* _Task_: Copy exactly the lines of the records below, and only those lines, beginning with the line that contains "f 172 169 26" and ending with the line that contains "f 154 153 30".
*** Opening of Dataset content ***
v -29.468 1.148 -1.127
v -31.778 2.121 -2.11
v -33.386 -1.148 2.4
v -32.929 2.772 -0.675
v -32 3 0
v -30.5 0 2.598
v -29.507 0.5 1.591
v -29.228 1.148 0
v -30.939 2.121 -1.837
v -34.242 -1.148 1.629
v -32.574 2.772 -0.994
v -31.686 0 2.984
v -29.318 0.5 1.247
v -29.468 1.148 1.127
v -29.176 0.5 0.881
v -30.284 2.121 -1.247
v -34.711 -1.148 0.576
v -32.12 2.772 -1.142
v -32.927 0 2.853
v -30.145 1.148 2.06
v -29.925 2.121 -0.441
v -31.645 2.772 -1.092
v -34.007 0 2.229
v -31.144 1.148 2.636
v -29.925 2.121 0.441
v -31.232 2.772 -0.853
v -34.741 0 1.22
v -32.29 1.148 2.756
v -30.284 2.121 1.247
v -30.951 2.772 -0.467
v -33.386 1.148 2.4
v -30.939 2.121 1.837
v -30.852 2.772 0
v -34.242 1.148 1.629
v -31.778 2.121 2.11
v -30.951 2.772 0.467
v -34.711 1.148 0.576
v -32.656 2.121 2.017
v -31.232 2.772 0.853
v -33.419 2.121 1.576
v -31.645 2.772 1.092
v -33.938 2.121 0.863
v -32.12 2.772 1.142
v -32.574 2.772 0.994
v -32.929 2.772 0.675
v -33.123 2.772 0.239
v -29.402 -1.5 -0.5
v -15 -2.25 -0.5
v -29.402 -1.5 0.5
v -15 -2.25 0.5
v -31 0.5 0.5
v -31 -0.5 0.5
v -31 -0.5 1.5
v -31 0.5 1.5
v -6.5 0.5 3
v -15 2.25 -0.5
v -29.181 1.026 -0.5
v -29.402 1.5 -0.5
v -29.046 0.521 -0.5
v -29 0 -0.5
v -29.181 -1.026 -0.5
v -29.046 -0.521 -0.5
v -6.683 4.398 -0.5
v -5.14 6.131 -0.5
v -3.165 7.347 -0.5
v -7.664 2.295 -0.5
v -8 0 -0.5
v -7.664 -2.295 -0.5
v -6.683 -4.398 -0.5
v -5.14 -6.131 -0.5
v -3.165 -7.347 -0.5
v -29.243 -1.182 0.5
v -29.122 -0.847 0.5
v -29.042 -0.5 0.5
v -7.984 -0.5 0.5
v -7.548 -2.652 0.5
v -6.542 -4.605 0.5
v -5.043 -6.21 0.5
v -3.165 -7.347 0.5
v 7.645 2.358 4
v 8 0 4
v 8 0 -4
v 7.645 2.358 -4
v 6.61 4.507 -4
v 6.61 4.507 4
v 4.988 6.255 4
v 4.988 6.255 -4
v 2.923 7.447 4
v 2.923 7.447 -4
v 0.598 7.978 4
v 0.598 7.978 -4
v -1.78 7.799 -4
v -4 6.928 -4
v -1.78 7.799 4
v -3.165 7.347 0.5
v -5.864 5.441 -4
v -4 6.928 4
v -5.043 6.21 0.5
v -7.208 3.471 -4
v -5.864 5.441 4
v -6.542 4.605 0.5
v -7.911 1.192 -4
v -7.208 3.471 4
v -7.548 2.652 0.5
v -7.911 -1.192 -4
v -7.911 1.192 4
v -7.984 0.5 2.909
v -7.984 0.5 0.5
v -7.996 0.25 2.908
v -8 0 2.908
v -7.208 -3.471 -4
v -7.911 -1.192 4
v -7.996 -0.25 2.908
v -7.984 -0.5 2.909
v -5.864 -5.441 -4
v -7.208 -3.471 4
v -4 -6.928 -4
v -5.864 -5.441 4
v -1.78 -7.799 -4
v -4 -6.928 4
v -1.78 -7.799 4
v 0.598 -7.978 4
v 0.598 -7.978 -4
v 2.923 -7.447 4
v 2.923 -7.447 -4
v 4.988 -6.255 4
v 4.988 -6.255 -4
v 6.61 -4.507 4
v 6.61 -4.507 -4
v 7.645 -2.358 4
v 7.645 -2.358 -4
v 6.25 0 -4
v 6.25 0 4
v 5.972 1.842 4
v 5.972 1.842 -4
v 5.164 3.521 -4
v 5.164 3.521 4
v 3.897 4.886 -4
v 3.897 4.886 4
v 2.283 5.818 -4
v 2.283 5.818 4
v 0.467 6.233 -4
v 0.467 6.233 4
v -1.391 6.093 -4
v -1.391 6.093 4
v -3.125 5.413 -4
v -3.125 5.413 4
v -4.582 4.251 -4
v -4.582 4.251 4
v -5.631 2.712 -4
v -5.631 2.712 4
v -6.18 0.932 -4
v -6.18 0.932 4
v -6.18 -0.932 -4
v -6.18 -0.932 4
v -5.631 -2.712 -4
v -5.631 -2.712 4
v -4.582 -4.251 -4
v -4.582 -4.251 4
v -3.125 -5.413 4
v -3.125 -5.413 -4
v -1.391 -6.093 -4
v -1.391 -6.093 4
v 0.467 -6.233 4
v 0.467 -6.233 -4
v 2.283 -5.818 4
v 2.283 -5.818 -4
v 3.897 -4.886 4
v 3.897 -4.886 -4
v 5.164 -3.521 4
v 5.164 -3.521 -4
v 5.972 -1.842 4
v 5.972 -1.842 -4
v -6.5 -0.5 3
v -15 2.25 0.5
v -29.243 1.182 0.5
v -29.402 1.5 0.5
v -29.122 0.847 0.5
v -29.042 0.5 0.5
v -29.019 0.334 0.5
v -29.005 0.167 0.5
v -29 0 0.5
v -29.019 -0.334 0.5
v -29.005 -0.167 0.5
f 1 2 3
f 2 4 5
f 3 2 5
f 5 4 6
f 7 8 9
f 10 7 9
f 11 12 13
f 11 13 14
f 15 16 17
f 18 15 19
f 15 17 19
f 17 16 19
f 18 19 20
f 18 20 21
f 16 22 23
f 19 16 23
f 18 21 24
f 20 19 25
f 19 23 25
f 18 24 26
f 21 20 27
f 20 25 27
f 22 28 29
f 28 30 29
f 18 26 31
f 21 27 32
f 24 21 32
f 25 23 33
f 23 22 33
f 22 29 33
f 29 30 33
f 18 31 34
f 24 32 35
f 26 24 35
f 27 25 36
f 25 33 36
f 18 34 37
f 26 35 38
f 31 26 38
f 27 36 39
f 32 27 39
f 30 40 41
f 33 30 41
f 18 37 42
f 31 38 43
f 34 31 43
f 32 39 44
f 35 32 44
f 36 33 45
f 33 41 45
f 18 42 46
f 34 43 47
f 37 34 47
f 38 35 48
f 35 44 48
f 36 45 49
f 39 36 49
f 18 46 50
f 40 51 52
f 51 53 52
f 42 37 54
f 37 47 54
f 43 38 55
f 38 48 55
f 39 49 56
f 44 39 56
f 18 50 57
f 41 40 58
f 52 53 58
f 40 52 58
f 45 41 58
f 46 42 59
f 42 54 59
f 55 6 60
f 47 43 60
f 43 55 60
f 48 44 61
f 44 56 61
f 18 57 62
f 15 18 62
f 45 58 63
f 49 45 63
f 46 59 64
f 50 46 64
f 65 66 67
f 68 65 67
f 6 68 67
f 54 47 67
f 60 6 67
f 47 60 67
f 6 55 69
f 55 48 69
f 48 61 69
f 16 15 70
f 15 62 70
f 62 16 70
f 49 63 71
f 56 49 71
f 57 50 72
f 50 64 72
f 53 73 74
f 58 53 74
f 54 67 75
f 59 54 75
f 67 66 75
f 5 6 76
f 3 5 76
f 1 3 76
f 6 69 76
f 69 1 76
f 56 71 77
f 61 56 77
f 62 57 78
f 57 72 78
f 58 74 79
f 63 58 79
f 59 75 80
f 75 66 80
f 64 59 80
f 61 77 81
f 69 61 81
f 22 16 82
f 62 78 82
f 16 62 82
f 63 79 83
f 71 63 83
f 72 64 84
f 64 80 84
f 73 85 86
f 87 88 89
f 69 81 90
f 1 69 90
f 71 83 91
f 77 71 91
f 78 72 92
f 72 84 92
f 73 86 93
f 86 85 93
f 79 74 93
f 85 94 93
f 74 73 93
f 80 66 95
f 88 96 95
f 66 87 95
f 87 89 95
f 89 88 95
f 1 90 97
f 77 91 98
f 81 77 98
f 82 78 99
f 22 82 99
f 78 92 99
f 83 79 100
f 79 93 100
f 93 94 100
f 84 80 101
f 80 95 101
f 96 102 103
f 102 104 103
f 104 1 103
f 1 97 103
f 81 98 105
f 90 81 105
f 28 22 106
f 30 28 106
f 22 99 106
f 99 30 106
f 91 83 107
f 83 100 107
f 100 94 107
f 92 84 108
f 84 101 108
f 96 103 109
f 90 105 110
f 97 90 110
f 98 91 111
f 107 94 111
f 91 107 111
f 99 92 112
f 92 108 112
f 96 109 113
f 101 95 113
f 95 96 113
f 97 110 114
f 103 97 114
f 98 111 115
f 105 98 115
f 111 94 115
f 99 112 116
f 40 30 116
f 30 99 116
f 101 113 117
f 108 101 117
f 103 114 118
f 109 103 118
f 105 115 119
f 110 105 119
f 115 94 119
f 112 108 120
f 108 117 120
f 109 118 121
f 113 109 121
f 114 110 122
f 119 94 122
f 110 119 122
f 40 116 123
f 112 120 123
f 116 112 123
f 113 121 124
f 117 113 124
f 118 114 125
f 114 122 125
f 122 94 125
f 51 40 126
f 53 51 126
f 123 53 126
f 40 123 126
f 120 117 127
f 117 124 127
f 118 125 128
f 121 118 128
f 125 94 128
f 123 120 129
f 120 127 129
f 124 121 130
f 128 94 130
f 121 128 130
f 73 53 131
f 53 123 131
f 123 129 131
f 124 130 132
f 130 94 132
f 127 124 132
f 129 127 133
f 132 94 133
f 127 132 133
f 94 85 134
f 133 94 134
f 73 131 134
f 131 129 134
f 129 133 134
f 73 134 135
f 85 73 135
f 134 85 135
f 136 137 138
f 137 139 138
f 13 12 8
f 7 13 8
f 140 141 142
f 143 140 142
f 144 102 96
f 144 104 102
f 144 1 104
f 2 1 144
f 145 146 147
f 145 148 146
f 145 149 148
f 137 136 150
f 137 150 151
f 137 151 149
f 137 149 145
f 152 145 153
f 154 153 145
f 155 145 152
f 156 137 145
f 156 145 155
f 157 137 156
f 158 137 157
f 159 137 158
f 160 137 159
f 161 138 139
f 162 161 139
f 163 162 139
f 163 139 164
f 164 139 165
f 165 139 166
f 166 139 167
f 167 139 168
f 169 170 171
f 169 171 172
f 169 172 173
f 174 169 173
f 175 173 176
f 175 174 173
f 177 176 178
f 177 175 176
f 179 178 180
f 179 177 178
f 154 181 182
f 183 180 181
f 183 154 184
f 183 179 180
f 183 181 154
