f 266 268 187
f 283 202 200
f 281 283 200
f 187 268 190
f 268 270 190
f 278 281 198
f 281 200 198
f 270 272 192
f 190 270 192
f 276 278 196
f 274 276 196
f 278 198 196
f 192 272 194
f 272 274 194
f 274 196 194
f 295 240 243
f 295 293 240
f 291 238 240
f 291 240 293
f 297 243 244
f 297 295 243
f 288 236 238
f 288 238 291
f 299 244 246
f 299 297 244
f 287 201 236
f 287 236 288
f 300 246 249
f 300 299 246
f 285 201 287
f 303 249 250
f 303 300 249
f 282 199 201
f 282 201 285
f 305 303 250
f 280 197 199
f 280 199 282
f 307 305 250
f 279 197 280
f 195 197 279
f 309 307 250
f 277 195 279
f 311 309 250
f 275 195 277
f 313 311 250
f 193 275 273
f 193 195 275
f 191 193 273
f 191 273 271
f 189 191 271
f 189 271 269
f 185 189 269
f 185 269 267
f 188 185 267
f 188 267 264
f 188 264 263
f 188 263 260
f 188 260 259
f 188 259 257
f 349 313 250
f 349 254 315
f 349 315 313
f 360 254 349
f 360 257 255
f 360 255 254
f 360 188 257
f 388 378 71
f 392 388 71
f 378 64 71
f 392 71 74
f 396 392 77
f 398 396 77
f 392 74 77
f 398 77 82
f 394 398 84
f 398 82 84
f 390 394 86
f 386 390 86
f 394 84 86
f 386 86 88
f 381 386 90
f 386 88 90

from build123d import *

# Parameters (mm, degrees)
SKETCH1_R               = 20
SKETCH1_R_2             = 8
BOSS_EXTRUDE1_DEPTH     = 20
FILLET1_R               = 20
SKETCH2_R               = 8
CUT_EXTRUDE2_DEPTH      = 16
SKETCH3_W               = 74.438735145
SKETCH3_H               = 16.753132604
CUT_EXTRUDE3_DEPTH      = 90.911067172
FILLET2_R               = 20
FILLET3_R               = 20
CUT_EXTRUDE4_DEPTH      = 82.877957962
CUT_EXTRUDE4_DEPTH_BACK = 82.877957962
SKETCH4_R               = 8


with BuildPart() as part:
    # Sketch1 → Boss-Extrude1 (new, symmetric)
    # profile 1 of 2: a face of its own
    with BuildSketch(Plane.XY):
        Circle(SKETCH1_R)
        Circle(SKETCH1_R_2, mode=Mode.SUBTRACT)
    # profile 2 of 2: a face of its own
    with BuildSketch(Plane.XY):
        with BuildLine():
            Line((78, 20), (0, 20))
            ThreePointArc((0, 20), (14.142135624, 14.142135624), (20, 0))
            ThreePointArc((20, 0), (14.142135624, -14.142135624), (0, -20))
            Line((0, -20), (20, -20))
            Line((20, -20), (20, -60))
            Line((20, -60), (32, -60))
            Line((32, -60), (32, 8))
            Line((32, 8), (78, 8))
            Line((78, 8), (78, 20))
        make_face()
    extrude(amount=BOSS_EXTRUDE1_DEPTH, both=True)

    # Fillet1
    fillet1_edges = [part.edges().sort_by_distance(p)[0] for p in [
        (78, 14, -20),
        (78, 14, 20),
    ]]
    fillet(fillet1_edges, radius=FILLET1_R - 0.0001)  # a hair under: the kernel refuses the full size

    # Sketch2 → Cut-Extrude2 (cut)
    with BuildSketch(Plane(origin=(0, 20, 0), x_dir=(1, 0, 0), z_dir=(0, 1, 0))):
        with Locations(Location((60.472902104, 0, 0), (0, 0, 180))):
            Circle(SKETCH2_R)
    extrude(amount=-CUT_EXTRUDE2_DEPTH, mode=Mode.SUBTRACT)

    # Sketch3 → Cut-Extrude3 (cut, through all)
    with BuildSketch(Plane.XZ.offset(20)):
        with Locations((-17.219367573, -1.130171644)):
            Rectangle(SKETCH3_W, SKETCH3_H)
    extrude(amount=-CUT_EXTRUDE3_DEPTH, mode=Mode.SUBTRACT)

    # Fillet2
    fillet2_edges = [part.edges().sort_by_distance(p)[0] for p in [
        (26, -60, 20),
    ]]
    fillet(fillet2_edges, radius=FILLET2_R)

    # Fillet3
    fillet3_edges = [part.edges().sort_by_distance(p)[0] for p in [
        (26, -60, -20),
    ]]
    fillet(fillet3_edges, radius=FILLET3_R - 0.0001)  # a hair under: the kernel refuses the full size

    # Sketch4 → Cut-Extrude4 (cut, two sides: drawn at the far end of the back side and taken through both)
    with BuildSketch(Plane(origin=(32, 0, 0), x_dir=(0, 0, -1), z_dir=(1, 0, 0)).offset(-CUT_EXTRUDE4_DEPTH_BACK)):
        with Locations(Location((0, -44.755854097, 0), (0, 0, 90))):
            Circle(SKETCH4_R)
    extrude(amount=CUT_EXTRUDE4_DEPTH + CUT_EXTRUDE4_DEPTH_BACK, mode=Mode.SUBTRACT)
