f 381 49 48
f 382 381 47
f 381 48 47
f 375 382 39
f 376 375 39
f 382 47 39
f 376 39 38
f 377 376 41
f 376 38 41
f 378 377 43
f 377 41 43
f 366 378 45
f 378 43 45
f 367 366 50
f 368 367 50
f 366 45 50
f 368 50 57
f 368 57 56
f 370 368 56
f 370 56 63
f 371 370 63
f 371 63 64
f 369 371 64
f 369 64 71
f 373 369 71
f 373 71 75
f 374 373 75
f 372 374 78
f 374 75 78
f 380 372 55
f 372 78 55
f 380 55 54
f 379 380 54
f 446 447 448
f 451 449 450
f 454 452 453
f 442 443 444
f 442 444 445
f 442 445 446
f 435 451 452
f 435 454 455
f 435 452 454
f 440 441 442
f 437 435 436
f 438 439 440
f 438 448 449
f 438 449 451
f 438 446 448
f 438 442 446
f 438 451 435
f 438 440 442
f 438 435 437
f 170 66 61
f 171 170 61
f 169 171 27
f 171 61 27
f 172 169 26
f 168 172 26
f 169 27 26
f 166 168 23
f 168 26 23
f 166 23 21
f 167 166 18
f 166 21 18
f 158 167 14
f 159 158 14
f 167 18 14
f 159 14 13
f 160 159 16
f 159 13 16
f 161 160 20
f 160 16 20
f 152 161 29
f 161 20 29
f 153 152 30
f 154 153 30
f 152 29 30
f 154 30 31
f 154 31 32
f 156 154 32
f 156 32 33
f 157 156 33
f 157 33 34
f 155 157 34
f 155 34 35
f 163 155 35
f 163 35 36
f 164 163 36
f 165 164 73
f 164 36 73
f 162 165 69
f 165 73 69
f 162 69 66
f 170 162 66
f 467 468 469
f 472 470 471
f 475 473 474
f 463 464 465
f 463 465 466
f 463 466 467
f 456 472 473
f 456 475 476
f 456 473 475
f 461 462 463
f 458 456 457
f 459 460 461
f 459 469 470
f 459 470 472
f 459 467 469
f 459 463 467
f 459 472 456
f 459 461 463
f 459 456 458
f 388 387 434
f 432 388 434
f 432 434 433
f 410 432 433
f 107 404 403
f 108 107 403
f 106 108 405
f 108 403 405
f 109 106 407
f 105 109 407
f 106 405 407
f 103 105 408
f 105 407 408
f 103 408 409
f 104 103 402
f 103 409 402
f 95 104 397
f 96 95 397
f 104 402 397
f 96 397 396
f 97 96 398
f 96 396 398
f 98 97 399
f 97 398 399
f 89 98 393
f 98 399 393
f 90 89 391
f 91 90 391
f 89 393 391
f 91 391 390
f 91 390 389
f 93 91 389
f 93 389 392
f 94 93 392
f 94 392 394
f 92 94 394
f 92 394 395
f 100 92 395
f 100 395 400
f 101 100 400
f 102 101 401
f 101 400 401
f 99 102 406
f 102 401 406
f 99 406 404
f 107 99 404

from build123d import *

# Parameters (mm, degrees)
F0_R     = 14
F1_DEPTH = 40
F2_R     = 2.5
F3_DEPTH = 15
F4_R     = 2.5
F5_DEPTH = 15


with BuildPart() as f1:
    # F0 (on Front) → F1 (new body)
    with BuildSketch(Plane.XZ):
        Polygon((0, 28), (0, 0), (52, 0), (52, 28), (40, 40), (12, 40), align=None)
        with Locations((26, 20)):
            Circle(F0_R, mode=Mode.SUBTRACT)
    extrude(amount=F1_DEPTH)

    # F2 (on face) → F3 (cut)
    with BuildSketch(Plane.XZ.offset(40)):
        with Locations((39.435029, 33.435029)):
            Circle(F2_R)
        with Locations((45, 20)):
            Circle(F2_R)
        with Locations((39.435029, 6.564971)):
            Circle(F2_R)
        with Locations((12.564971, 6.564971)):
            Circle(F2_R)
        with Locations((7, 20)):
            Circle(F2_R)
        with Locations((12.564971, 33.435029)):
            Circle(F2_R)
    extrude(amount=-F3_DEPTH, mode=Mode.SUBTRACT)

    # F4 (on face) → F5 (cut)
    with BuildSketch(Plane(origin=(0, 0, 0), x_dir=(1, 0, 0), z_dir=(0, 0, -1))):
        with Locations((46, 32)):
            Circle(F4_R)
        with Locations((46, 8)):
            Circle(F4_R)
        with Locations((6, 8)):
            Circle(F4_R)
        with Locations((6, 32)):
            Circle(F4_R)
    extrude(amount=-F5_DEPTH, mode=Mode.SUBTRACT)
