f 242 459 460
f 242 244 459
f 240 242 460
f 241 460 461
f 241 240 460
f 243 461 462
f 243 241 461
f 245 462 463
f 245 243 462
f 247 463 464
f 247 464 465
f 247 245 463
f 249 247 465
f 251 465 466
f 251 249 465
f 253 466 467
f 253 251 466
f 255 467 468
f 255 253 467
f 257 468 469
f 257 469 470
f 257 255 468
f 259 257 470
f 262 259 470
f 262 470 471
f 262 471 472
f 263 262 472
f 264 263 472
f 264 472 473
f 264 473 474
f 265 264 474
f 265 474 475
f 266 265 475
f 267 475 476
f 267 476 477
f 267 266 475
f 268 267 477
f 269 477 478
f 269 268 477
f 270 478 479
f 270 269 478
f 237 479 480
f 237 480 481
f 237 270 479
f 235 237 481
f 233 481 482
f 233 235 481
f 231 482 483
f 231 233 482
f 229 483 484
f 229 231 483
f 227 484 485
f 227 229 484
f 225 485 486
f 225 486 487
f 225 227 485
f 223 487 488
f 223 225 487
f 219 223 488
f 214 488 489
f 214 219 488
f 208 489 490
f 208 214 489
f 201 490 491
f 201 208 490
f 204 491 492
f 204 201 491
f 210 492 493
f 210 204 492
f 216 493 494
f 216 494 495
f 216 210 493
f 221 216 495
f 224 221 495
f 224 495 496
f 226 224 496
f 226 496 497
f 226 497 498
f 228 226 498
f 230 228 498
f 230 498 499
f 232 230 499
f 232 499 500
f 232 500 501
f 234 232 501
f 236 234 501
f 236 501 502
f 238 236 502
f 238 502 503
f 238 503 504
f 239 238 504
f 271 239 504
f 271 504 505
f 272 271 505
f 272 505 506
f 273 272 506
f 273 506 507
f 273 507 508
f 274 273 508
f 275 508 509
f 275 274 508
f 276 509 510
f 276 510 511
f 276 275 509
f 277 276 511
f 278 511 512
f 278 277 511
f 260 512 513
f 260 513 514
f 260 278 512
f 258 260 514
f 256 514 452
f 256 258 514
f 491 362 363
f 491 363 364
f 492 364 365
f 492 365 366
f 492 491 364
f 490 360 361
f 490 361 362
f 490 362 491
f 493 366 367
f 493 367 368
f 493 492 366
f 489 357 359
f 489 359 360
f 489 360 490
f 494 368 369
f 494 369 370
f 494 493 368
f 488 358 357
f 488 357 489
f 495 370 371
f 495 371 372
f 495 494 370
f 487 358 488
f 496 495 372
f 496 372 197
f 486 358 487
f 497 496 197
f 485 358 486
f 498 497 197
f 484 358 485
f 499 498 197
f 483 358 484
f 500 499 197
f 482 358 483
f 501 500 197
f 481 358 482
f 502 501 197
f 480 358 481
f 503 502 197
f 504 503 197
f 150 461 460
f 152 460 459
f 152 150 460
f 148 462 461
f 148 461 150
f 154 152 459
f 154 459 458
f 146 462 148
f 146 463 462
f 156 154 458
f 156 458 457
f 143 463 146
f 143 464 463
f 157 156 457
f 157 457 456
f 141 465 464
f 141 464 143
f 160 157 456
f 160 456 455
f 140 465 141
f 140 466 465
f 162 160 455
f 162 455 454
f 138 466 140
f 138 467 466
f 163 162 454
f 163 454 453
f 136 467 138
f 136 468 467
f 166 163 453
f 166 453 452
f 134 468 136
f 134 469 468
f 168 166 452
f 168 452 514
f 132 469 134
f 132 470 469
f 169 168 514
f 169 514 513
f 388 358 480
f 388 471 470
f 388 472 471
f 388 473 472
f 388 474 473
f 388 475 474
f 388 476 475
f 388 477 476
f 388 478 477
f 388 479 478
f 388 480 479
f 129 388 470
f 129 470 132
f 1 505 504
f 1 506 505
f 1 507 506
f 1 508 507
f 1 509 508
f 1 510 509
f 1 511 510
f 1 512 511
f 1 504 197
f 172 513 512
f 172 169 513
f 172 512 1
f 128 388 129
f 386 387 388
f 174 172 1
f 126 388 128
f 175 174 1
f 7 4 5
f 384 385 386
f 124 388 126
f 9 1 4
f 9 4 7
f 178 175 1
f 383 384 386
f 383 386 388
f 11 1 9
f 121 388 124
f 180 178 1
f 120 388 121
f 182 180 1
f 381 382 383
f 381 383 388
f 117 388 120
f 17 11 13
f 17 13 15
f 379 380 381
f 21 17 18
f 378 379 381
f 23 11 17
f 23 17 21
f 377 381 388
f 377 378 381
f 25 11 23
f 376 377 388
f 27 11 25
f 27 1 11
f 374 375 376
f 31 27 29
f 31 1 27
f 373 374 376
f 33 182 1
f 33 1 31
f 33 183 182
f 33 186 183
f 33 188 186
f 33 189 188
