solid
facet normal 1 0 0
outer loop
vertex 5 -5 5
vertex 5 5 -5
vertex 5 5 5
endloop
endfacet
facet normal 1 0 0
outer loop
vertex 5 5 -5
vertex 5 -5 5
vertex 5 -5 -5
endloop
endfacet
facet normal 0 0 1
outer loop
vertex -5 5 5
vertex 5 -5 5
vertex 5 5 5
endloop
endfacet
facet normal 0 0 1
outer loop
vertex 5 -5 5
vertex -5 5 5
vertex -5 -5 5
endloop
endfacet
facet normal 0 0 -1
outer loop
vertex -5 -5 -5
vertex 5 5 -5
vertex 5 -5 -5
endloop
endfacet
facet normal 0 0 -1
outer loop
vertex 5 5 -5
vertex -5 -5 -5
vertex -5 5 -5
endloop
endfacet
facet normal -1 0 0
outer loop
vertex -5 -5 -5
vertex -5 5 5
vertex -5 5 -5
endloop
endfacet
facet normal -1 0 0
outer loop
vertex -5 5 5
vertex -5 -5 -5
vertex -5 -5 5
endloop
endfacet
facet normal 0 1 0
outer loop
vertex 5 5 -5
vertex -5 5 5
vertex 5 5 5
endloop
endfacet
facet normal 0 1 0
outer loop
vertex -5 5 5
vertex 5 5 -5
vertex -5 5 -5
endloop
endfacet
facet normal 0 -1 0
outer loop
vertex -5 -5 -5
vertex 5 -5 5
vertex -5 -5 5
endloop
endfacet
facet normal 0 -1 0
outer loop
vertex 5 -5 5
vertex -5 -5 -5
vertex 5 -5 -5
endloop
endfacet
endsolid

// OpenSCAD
// Begin.
union() {
union() {
union() {
difference() {
union() {
translate([0, 0, 0])
sphere(r = 57, $fn = 12);

translate([0, 0, 0])
sphere(r = 57, $fn = 12);
}

union() {
translate([0, 0, 0])
sphere(r = 57, $fn = 12);

translate([0, 0, 0])
sphere(r = 57, $fn = 12);
}
}

intersection() {
difference() {
translate([0, 0, 0])
sphere(r = 57, $fn = 12);

translate([0, 0, 0])
sphere(r = 57, $fn = 12);
}

translate([0, 0, 0])
sphere(r = 57, $fn = 12);
}
}

difference() {
union() {
difference() {
translate([0, 0, 0])
sphere(r = 57, $fn = 12);

translate([0, 0, 0])
sphere(r = 57, $fn = 12);
}

intersection() {
rotate([0, -0, 0])
translate([0, 0, 0])
cube(size = [10, 10, 10], center = true);

translate([0, 0, 0])
sphere(r = 57, $fn = 12);
}
}

intersection() {
translate([0, 0, 0])
sphere(r = 57, $fn = 12);

rotate([0, -0, 0])
translate([0, 0, 12])
cube(size = [38, 10, 14], center = true);
}
}
}

difference() {
translate([0, 0, 0])
sphere(r = 57, $fn = 12);

translate([0, 0, 0])
sphere(r = 57, $fn = 12);
}
}
// End.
*** Close of Dataset content ***
* _Written solution_:
f 172 169 26
f 168 172 26
f 169 27 26
f 166 168 23
f 168 26 23
f 166 23 21
f 167 166 18
f 166 21 18
f 158 167 14
f 159 158 14
f 167 18 14
f 159 14 13
f 160 159 16
f 159 13 16
f 161 160 20
f 160 16 20
f 152 161 29
f 161 20 29
f 153 152 30
f 154 153 30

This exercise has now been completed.